**WHAT THE EXERCISE ASKS**
Copy out the entries below exactly as they stand, but only from the line containing "panel_height_mm = 44;" through the line containing "at X=90mm, Y=12mm".

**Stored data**

┄┄┄┄┄┄

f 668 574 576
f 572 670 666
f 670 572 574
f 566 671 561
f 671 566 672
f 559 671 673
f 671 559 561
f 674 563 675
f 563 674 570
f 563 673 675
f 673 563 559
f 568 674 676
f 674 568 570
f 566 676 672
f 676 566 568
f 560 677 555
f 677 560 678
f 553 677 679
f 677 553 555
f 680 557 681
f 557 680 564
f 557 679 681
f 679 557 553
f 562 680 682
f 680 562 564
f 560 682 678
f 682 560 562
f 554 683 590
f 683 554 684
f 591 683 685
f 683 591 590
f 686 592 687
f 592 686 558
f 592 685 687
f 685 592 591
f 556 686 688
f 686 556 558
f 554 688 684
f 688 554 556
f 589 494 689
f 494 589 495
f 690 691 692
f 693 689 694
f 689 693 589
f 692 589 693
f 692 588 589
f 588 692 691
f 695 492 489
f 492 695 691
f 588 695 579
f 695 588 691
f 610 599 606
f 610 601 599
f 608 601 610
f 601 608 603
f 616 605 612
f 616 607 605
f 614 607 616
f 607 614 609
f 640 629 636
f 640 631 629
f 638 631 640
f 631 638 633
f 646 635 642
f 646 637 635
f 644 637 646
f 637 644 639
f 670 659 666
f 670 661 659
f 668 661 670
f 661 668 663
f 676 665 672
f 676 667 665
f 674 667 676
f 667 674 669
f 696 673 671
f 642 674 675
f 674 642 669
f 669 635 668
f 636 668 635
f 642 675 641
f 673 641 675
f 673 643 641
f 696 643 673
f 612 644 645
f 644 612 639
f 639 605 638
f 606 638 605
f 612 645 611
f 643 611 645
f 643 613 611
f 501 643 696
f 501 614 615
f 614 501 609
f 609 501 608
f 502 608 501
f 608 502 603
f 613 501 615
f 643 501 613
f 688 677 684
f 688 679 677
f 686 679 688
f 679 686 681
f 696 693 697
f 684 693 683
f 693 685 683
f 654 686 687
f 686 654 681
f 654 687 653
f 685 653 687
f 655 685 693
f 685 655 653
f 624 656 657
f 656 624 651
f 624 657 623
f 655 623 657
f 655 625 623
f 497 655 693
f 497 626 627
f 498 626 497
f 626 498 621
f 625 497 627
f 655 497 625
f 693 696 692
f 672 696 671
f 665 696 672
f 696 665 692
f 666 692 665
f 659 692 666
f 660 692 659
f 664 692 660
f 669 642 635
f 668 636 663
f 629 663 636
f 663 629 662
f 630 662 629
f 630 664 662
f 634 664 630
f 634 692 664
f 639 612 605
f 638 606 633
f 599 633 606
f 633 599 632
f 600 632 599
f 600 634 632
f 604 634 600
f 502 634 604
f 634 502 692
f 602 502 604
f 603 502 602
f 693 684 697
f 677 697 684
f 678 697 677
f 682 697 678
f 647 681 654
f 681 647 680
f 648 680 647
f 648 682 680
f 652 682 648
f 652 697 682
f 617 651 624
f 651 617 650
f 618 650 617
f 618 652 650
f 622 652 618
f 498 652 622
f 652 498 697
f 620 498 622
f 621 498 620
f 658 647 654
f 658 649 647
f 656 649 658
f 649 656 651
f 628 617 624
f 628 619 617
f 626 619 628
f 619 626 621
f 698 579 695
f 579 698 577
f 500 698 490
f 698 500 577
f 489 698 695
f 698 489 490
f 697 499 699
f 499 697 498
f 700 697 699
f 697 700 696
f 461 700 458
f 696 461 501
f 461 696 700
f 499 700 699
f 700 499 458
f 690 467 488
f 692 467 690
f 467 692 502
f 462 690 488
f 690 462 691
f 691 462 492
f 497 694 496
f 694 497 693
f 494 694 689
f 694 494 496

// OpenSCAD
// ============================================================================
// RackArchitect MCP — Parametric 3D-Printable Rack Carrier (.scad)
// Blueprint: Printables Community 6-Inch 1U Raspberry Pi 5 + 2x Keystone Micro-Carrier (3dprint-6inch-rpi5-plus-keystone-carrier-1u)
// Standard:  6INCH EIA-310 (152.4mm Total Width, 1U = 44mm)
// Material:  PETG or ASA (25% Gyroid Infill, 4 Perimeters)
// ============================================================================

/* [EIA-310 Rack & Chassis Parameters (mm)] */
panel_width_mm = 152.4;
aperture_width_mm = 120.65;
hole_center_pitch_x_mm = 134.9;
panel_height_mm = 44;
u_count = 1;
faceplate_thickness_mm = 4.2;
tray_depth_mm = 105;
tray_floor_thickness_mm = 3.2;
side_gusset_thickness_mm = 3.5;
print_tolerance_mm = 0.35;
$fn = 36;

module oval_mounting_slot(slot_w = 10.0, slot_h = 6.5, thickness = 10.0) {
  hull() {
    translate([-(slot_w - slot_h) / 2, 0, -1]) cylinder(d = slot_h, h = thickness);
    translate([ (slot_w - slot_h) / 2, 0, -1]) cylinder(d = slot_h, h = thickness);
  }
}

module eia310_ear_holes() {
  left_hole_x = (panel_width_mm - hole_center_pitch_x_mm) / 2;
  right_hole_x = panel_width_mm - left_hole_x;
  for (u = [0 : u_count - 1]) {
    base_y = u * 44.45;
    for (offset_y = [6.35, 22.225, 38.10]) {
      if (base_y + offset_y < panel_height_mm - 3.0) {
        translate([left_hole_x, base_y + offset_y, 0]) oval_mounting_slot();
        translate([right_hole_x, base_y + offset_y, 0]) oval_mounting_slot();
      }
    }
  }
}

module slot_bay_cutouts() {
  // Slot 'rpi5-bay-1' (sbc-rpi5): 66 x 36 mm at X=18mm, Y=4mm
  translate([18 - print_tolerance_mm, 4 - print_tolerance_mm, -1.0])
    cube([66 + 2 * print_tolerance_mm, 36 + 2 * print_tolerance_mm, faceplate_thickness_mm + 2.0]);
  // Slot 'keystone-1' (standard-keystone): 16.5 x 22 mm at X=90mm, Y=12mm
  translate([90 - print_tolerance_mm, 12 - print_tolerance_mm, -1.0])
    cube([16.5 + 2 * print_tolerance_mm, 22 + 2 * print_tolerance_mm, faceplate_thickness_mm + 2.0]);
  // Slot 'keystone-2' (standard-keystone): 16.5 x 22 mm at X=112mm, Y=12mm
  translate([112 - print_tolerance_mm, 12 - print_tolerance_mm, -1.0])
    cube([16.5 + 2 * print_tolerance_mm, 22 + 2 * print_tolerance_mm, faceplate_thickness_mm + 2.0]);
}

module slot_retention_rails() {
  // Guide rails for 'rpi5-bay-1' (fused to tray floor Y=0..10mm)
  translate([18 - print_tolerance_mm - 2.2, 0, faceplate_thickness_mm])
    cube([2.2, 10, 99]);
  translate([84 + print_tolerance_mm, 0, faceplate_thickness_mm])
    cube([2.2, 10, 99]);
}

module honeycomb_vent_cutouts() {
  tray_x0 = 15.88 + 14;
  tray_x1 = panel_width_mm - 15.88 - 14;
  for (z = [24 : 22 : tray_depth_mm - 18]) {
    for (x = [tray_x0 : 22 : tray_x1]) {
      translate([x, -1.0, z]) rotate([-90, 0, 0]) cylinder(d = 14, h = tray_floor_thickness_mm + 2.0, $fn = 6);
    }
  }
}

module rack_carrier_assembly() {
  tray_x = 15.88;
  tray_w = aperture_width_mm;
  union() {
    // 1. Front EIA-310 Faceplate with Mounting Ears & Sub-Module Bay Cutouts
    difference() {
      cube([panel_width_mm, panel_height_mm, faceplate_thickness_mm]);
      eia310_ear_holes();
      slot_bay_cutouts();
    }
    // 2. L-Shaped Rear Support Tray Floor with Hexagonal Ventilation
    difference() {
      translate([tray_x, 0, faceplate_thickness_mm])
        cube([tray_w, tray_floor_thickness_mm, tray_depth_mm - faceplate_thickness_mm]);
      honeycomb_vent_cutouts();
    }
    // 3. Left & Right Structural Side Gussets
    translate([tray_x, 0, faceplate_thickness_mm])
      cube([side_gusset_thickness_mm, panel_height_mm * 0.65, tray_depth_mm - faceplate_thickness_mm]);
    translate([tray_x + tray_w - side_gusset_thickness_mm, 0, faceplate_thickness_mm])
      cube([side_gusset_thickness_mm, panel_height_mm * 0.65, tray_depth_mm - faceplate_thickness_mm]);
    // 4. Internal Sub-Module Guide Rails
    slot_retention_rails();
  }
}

┄┄┄┄┄┄

**WRITTEN SOLUTION**
panel_height_mm = 44;
u_count = 1;
faceplate_thickness_mm = 4.2;
tray_depth_mm = 105;
tray_floor_thickness_mm = 3.2;
side_gusset_thickness_mm = 3.5;
print_tolerance_mm = 0.35;
$fn = 36;

module oval_mounting_slot(slot_w = 10.0, slot_h = 6.5, thickness = 10.0) {
  hull() {
    translate([-(slot_w - slot_h) / 2, 0, -1]) cylinder(d = slot_h, h = thickness);
    translate([ (slot_w - slot_h) / 2, 0, -1]) cylinder(d = slot_h, h = thickness);
  }
}

module eia310_ear_holes() {
  left_hole_x = (panel_width_mm - hole_center_pitch_x_mm) / 2;
  right_hole_x = panel_width_mm - left_hole_x;
  for (u = [0 : u_count - 1]) {
    base_y = u * 44.45;
    for (offset_y = [6.35, 22.225, 38.10]) {
      if (base_y + offset_y < panel_height_mm - 3.0) {
        translate([left_hole_x, base_y + offset_y, 0]) oval_mounting_slot();
        translate([right_hole_x, base_y + offset_y, 0]) oval_mounting_slot();
      }
    }
  }
}

module slot_bay_cutouts() {
  // Slot 'rpi5-bay-1' (sbc-rpi5): 66 x 36 mm at X=18mm, Y=4mm
  translate([18 - print_tolerance_mm, 4 - print_tolerance_mm, -1.0])
    cube([66 + 2 * print_tolerance_mm, 36 + 2 * print_tolerance_mm, faceplate_thickness_mm + 2.0]);
  // Slot 'keystone-1' (standard-keystone): 16.5 x 22 mm at X=90mm, Y=12mm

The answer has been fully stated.